Generally, the Italian version of this soup very basic recipe that calls for stock, lentils, some onions, carrots and a bay leaf. Personally, I would throw in some pancetta or some italian sausage, as lentils are a natural match for pork, and need a salty kick.

The Castellucio plains are located in the Umbria region in Italy, which on the "boot" would be about mid calf, is prized for its perfect lentils, also home to both black and white truffles. A delicate flavour and tiny size, these lentils are a beautiful addition to a plate, or a soup.

This region is also prized for its pork butchery, including the 'prosciutto crudo di Norcia' as well as the 'prosciutto de montagna di Norcia', both notable types of the thinly sliced salt pork that is Italy's answer to ham.

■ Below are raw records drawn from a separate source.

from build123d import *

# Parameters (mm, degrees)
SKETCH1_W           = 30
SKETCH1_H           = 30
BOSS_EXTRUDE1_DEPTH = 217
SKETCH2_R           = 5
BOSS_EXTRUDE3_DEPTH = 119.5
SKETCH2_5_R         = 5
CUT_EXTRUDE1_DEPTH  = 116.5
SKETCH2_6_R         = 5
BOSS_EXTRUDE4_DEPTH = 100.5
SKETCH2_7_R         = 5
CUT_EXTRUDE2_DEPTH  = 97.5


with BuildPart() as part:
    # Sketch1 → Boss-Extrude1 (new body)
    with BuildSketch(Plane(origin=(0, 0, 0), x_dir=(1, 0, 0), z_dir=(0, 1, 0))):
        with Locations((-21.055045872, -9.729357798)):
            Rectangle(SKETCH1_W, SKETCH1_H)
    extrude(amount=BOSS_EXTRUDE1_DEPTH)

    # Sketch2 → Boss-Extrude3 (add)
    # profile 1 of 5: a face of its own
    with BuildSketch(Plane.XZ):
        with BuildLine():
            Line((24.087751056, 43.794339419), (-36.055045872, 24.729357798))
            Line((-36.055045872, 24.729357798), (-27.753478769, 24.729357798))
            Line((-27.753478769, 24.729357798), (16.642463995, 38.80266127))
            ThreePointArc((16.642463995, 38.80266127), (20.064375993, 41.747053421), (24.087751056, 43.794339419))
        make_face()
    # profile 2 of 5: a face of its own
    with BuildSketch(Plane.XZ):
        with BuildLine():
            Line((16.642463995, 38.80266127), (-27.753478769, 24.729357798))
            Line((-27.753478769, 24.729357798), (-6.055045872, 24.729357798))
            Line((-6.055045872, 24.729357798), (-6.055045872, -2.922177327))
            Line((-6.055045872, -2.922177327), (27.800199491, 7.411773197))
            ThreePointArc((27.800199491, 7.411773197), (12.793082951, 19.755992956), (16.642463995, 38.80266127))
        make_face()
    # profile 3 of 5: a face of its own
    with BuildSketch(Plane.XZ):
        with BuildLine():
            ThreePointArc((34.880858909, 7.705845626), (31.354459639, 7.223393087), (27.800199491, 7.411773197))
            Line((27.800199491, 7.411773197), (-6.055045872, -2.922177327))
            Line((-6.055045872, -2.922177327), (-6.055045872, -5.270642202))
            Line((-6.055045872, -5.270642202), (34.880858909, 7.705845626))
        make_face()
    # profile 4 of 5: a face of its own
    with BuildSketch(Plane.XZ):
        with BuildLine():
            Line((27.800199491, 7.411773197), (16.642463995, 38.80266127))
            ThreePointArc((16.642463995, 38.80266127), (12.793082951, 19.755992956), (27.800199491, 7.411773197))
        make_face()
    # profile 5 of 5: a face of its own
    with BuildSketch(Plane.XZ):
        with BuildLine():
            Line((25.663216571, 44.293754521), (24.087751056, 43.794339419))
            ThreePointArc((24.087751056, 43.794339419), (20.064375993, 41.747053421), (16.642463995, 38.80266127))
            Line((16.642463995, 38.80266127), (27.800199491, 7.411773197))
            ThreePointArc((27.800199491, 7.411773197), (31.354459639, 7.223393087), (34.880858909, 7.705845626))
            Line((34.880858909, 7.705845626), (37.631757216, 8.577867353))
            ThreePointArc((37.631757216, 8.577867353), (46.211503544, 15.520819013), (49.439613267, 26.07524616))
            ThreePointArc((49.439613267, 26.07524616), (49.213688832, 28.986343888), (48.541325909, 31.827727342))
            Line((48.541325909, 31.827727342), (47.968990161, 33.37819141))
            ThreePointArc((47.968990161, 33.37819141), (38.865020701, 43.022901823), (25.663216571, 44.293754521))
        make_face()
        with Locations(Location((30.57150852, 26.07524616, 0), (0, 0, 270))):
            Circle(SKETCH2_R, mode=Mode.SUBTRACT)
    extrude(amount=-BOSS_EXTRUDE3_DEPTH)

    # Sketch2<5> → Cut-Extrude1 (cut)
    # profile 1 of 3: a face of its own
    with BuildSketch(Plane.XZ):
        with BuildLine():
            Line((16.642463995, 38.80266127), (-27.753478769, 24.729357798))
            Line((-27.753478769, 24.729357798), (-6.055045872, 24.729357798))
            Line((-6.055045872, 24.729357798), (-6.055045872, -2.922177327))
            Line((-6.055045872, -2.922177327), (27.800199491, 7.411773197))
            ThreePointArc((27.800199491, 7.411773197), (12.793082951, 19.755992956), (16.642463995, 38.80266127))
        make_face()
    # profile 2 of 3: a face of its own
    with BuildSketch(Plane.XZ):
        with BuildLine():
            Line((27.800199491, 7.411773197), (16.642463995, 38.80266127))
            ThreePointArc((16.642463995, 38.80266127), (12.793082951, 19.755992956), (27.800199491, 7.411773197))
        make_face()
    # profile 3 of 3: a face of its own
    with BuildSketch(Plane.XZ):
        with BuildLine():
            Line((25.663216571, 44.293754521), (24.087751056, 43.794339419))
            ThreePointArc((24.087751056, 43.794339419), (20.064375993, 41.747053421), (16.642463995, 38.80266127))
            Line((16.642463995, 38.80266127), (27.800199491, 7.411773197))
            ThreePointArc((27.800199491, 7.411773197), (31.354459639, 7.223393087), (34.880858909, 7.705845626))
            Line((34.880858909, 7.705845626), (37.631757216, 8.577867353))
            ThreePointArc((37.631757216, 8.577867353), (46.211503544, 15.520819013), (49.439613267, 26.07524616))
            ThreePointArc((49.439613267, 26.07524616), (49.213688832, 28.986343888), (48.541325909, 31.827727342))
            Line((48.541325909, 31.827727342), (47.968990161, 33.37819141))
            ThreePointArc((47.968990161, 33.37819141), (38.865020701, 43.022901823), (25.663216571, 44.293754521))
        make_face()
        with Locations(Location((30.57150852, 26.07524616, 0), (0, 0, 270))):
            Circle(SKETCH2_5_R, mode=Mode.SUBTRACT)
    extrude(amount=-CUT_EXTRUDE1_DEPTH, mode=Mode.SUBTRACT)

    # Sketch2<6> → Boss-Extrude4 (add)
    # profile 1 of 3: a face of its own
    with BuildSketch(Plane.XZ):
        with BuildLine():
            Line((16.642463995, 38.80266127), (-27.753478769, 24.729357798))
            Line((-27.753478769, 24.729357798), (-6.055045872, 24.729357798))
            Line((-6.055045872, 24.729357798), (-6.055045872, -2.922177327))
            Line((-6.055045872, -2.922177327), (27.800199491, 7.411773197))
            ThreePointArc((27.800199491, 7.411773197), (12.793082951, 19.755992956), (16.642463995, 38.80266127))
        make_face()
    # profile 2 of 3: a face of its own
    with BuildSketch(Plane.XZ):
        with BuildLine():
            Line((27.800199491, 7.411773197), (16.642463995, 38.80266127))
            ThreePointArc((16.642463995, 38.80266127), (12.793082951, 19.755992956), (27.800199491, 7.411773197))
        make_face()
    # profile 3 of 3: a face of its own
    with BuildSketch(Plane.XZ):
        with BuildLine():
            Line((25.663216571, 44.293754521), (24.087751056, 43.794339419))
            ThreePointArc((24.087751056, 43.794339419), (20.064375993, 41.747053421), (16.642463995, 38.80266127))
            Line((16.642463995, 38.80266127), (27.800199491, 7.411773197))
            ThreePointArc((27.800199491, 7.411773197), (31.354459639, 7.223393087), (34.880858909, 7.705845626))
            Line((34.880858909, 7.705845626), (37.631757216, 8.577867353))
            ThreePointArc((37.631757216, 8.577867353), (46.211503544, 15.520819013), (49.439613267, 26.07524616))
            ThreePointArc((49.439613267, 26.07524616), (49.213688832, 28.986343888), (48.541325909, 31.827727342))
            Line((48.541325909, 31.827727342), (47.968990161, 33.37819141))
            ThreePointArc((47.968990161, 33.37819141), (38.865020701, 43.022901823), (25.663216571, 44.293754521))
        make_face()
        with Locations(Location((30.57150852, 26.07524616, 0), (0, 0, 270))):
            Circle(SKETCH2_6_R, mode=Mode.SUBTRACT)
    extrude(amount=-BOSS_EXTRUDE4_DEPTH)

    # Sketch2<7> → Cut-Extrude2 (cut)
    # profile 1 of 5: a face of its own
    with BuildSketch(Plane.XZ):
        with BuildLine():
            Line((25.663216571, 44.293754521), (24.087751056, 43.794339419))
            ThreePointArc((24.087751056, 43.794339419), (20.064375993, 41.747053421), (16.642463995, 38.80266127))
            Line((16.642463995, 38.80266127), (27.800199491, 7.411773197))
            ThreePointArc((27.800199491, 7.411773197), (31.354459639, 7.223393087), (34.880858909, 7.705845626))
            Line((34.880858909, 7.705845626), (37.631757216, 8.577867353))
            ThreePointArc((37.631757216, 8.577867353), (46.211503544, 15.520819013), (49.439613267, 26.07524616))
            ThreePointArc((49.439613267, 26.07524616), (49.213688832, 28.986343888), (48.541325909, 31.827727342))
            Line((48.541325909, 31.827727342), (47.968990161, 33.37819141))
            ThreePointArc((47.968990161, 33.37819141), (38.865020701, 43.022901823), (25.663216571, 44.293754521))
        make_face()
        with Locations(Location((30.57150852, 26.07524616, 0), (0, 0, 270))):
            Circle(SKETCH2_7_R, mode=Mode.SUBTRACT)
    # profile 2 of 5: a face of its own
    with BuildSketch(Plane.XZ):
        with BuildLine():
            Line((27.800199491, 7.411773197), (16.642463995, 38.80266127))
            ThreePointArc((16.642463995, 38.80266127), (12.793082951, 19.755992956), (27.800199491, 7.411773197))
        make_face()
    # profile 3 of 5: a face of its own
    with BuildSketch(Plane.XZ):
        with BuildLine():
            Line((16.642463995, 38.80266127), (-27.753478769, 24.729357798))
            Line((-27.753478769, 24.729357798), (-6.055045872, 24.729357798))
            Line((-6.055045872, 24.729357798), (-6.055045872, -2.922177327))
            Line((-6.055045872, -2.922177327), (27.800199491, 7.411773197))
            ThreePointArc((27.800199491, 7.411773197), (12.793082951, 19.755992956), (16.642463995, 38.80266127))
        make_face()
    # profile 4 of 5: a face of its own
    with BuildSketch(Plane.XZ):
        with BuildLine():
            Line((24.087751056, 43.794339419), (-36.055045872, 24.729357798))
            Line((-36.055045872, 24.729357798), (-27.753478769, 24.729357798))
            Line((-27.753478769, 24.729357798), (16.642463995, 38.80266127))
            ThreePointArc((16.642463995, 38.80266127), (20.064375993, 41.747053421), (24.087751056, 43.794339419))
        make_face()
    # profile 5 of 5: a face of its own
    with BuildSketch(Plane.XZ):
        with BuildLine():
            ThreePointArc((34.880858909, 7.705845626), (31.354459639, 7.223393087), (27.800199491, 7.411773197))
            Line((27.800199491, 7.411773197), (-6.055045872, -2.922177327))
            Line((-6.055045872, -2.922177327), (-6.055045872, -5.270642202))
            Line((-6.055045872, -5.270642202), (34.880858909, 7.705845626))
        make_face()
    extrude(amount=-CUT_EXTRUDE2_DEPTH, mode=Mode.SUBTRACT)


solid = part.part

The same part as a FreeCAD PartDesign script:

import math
import FreeCAD as App
import Part
import Sketcher

V = App.Vector
Q = App.Units.Quantity


def add_polygon(sketch, points):
    """Adds a closed chain of lines whose ends are joined by coincident constraints."""
    first, n = sketch.GeometryCount, len(points)
    for a, b in zip(points, points[1:] + points[:1]):
        sketch.addGeometry(Part.LineSegment(App.Vector(*a, 0), App.Vector(*b, 0)), False)
    for i in range(n):
        sketch.addConstraint(Sketcher.Constraint("Coincident", first + i, 2, first + (i + 1) % n, 1))

doc = App.newDocument("Part")
body = doc.addObject("PartDesign::Body", "Body")

sketch1 = body.newObject("Sketcher::SketchObject", "Sketch")
sketch1.AttachmentSupport = (doc.getObject("XZ_Plane"), [""])
sketch1.MapMode = "FlatFace"
add_polygon(sketch1, [(-36, -5), (-36, 25), (-6, 25), (-6, -5)])
sketch1.addConstraint([
    Sketcher.Constraint("Vertical", 0),
    Sketcher.Constraint("Horizontal", 1),
    Sketcher.Constraint("Vertical", 2),
    Sketcher.Constraint("Horizontal", 3),
    Sketcher.Constraint("Equal", 3, 0),
    Sketcher.Constraint("DistanceX", 1, 1, 1, 2, Q("30 mm")),
    Sketcher.Constraint("DistanceX", 0, 2, -1, 1, Q("36.055046 mm")),
    Sketcher.Constraint("DistanceY", -1, 1, 0, 2, Q("24.729358 mm")),
])
pad1 = body.newObject("PartDesign::Pad", "Pad")
pad1.Profile = sketch1
pad1.Length = 217
pad1.Reversed = True

sketch2 = body.newObject("Sketcher::SketchObject", "Sketch001")
sketch2.AttachmentSupport = (doc.getObject("XZ_Plane"), [""])
sketch2.MapMode = "FlatFace"
sketch2.addGeometry([
    Part.LineSegment(V(24.1, 43.8, 0), V(-36.1, 24.7, 0)),
    Part.LineSegment(V(-36.1, 24.7, 0), V(-6.1, 24.7, 0)),
    Part.LineSegment(V(-6.1, 24.7, 0), V(-6.1, -5.3, 0)),
    Part.LineSegment(V(-6.1, -5.3, 0), V(34.9, 7.7, 0)),
    Part.LineSegment(V(34.9, 7.7, 0), V(37.6, 8.6, 0)),
    Part.ArcOfCircle(Part.Circle(V(30.6, 26.1, 0), V(0, 0, 1), 18.9), math.radians(-68), math.radians(0)),
    Part.ArcOfCircle(Part.Circle(V(30.6, 26.1, 0), V(0, 0, 1), 18.9), math.radians(0), math.radians(17.75)),
    Part.LineSegment(V(48.5, 31.8, 0), V(48, 33.4, 0)),
    Part.ArcOfCircle(Part.Circle(V(30.6, 26.1, 0), V(0, 0, 1), 18.9), math.radians(23), math.radians(105)),
    Part.LineSegment(V(25.7, 44.3, 0), V(24.1, 43.8, 0)),
    Part.Circle(V(30.6, 26.1, 0), V(0, 0, 1), 5),
], False)
sketch2.addConstraint([
    Sketcher.Constraint("Coincident", 0, 2, 1, 1),
    Sketcher.Constraint("Coincident", 1, 2, 2, 1),
    Sketcher.Constraint("Coincident", 2, 2, 3, 1),
    Sketcher.Constraint("Coincident", 3, 2, 4, 1),
    Sketcher.Constraint("Coincident", 4, 2, 5, 1),
    Sketcher.Constraint("Tangent", 5, 2, 6, 1),
    Sketcher.Constraint("Coincident", 6, 2, 7, 1),
    Sketcher.Constraint("Coincident", 7, 2, 8, 1),
    Sketcher.Constraint("Coincident", 8, 2, 9, 1),
    Sketcher.Constraint("Coincident", 9, 2, 0, 1),
    Sketcher.Constraint("Horizontal", 1),
    Sketcher.Constraint("Vertical", 2),
    Sketcher.Constraint("Coincident", 8, 3, 5, 3),
    Sketcher.Constraint("Coincident", 10, 3, 5, 3),
    Sketcher.Constraint("Equal", 5, 6),
    Sketcher.Constraint("Equal", 6, 8),
    Sketcher.Constraint("Parallel", 0, 3),
    Sketcher.Constraint("Parallel", 3, 4),
    Sketcher.Constraint("Parallel", 4, 9),
    Sketcher.Constraint("Horizontal", 10, 3, 5, 2),
    Sketcher.Constraint("Equal", 1, 2),
    Sketcher.Constraint("Equal", 7, 9),
    Sketcher.Constraint("Diameter", 10, Q("10 mm")),
    Sketcher.Constraint("DistanceX", 1, 1, 1, 2, Q("30 mm")),
    Sketcher.Constraint("Radius", 5, Q("18.868105 mm")),
    Sketcher.Constraint("DistanceY", 3, 2, 6, 3, Q("18.369401 mm")),
    Sketcher.Constraint("DistanceX", 3, 2, 4, 2, Q("2.750898 mm")),
    Sketcher.Constraint("Distance", 0, Q("63.09223 mm")),
    Sketcher.Constraint("DistanceX", -1, 1, 5, 3, Q("30.571509 mm")),
    Sketcher.Constraint("DistanceX", -1, 1, 3, 2, Q("34.880859 mm")),
    Sketcher.Constraint("DistanceX", -1, 1, 7, 2, Q("47.96899 mm")),
    Sketcher.Constraint("DistanceY", -1, 1, 7, 2, Q("33.378191 mm")),
    Sketcher.Constraint("DistanceX", -1, 1, 9, 2, Q("24.087751 mm")),
])
pad2 = body.newObject("PartDesign::Pad", "Pad001")
pad2.Profile = sketch2
pad2.Length = 119.5
pad2.Reversed = True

Umbria is also home to some of the cheeses that we would most easily recognize here in Canada-- Pecorino, Ricotta, Mozzarella and Mascarpone are all from this region. I can just imagine visiting a cheesemonger where fresh Mozarella (or Fior de Latte) is being pulled right before my eyes, just moments before I'm able to sink my teeth into the soft taste of fresh milk.

Each basic ingredients, they highlight the strong point of Umbrian cuisine-- simplicity. Seasonal home cooking reign supreme in the region, and can Umbrian cooks help it if truffles happen to be local ingredients? They grate them on pasta or serve them with chicken liver and anchovies. A small luxury for us, is tasty local fare for them. I think this year, I will make a resolution to eat locally and embrace the local fare, even if it does mean I get on a plane once in a while to find a new taste adventure. It'll be worth every penny.